## AIM OF THE TASK
Scan the entries that follow and copy out every line containing "Locations".
**** THE DATA ****
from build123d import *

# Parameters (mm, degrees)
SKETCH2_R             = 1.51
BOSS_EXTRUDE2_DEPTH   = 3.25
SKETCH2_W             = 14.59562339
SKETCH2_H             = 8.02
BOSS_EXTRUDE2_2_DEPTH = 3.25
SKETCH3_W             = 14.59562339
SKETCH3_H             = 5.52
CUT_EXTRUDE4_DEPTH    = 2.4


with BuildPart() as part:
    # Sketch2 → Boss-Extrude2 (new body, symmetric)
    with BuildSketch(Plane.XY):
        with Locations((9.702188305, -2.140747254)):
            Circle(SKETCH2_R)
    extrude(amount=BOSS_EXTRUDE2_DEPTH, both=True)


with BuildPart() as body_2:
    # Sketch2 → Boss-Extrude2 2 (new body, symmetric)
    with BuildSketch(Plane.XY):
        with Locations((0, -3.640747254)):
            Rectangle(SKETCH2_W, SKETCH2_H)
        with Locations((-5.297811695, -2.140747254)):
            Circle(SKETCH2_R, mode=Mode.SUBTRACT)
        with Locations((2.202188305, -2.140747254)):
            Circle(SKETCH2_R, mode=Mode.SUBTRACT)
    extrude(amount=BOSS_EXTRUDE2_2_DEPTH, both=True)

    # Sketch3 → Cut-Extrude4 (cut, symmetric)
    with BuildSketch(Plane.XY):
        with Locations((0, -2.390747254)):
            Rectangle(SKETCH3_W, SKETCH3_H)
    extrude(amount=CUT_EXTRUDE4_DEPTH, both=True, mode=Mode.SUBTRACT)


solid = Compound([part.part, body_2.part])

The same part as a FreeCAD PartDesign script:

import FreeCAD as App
import Part
import Sketcher
Q = App.Units.Quantity

doc = App.newDocument("Part")
body = doc.addObject("PartDesign::Body", "Body")

# Sketch on XY plane
sketch1 = body.newObject("Sketcher::SketchObject", "Sketch")
sketch1.AttachmentSupport = (doc.getObject("XY_Plane"), [""])
sketch1.MapMode = "FlatFace"
sketch1.addGeometry(Part.Circle(App.Vector(9.7, -2.1, 0), App.Vector(0, 0, 1), 1.5), False)
sketch1.addConstraint(Sketcher.Constraint("Diameter", 0, Q("3.02 mm")))
sketch1.addConstraint(Sketcher.Constraint("DistanceX", -1, 1, 0, 3, Q("9.702188 mm")))
sketch1.addConstraint(Sketcher.Constraint("DistanceY", 0, 3, -1, 1, Q("2.140747 mm")))
pad1 = body.newObject("PartDesign::Pad", "Pad")
pad1.Profile = sketch1
pad1.Length = 6.5
pad1.Midplane = True
body2 = doc.addObject("PartDesign::Body", "Body001")

# Sketch on XY plane
sketch2 = body2.newObject("Sketcher::SketchObject", "Sketch001")
sketch2.AttachmentSupport = (doc.getObject("XY_Plane001"), [""])
sketch2.MapMode = "FlatFace"
sketch2.addGeometry(Part.LineSegment(App.Vector(-7.3, 0.4, 0), App.Vector(-7.3, -7.7, 0)), False)
sketch2.addGeometry(Part.LineSegment(App.Vector(-7.3, -7.7, 0), App.Vector(7.3, -7.7, 0)), False)
sketch2.addGeometry(Part.LineSegment(App.Vector(7.3, -7.7, 0), App.Vector(7.3, 0.4, 0)), False)
sketch2.addGeometry(Part.LineSegment(App.Vector(7.3, 0.4, 0), App.Vector(-7.3, 0.4, 0)), False)
sketch2.addGeometry(Part.Circle(App.Vector(-5.3, -2.1, 0), App.Vector(0, 0, 1), 1.5), False)
sketch2.addGeometry(Part.Circle(App.Vector(2.2, -2.1, 0), App.Vector(0, 0, 1), 1.5), False)
sketch2.addConstraint(Sketcher.Constraint("Coincident", 0, 2, 1, 1))
sketch2.addConstraint(Sketcher.Constraint("Coincident", 1, 2, 2, 1))
sketch2.addConstraint(Sketcher.Constraint("Coincident", 2, 2, 3, 1))
sketch2.addConstraint(Sketcher.Constraint("Coincident", 3, 2, 0, 1))
sketch2.addConstraint(Sketcher.Constraint("Vertical", 0))
sketch2.addConstraint(Sketcher.Constraint("Horizontal", 1))
sketch2.addConstraint(Sketcher.Constraint("Vertical", 2))
sketch2.addConstraint(Sketcher.Constraint("Horizontal", 3))
sketch2.addConstraint(Sketcher.Constraint("Equal", 4, 5))
sketch2.addConstraint(Sketcher.Constraint("Horizontal", 4, 3, 5, 3))
sketch2.addConstraint(Sketcher.Constraint("Diameter", 4, Q("3.02 mm")))
sketch2.addConstraint(Sketcher.Constraint("DistanceX", 0, 2, 4, 3, Q("2 mm")))
sketch2.addConstraint(Sketcher.Constraint("DistanceY", 0, 2, 0, 1, Q("8.02 mm")))
sketch2.addConstraint(Sketcher.Constraint("DistanceX", 4, 3, 5, 3, Q("7.5 mm")))
sketch2.addConstraint(Sketcher.Constraint("DistanceY", 0, 2, 4, 3, Q("5.51 mm")))
sketch2.addConstraint(Sketcher.Constraint("DistanceX", 1, 1, 1, 2, Q("14.595623 mm")))
sketch2.addConstraint(Sketcher.Constraint("DistanceX", 4, 3, -1, 1, Q("5.297812 mm")))
sketch2.addConstraint(Sketcher.Constraint("DistanceY", 4, 3, -1, 1, Q("2.140747 mm")))
pad2 = body2.newObject("PartDesign::Pad", "Pad001")
pad2.Profile = sketch2
pad2.Length = 6.5
pad2.Midplane = True

# Sketch on XY plane
sketch3 = body2.newObject("Sketcher::SketchObject", "Sketch002")
sketch3.AttachmentSupport = (doc.getObject("XY_Plane001"), [""])
sketch3.MapMode = "FlatFace"
sketch3.addGeometry(Part.LineSegment(App.Vector(-7, 0, 0), App.Vector(-7, -5, 0)), False)
sketch3.addGeometry(Part.LineSegment(App.Vector(-7, -5, 0), App.Vector(7, -5, 0)), False)
sketch3.addGeometry(Part.LineSegment(App.Vector(7, -5, 0), App.Vector(7, 0, 0)), False)
sketch3.addGeometry(Part.LineSegment(App.Vector(7, 0, 0), App.Vector(-7, 0, 0)), False)
sketch3.addConstraint(Sketcher.Constraint("Coincident", 0, 2, 1, 1))
sketch3.addConstraint(Sketcher.Constraint("Coincident", 1, 2, 2, 1))
sketch3.addConstraint(Sketcher.Constraint("Coincident", 2, 2, 3, 1))
sketch3.addConstraint(Sketcher.Constraint("Coincident", 3, 2, 0, 1))
sketch3.addConstraint(Sketcher.Constraint("Vertical", 0))
sketch3.addConstraint(Sketcher.Constraint("Horizontal", 1))
sketch3.addConstraint(Sketcher.Constraint("Vertical", 2))
sketch3.addConstraint(Sketcher.Constraint("Horizontal", 3))
sketch3.addConstraint(Sketcher.Constraint("DistanceY", 0, 2, 0, 1, Q("5.52 mm")))
sketch3.addConstraint(Sketcher.Constraint("DistanceX", 1, 1, 1, 2, Q("14.595623 mm")))
sketch3.addConstraint(Sketcher.Constraint("DistanceX", 0, 2, -1, 1, Q("7.297812 mm")))
sketch3.addConstraint(Sketcher.Constraint("DistanceY", 0, 2, -1, 1, Q("5.150747 mm")))
pocket1 = body2.newObject("PartDesign::Pocket", "Pocket")
pocket1.Profile = sketch3
pocket1.Length = 4.8
pocket1.Midplane = True

doc.recompute()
****
## RESPONSE AREA
        with Locations((9.702188305, -2.140747254)):
        with Locations((0, -3.640747254)):
        with Locations((-5.297811695, -2.140747254)):
        with Locations((2.202188305, -2.140747254)):
        with Locations((0, -2.390747254)):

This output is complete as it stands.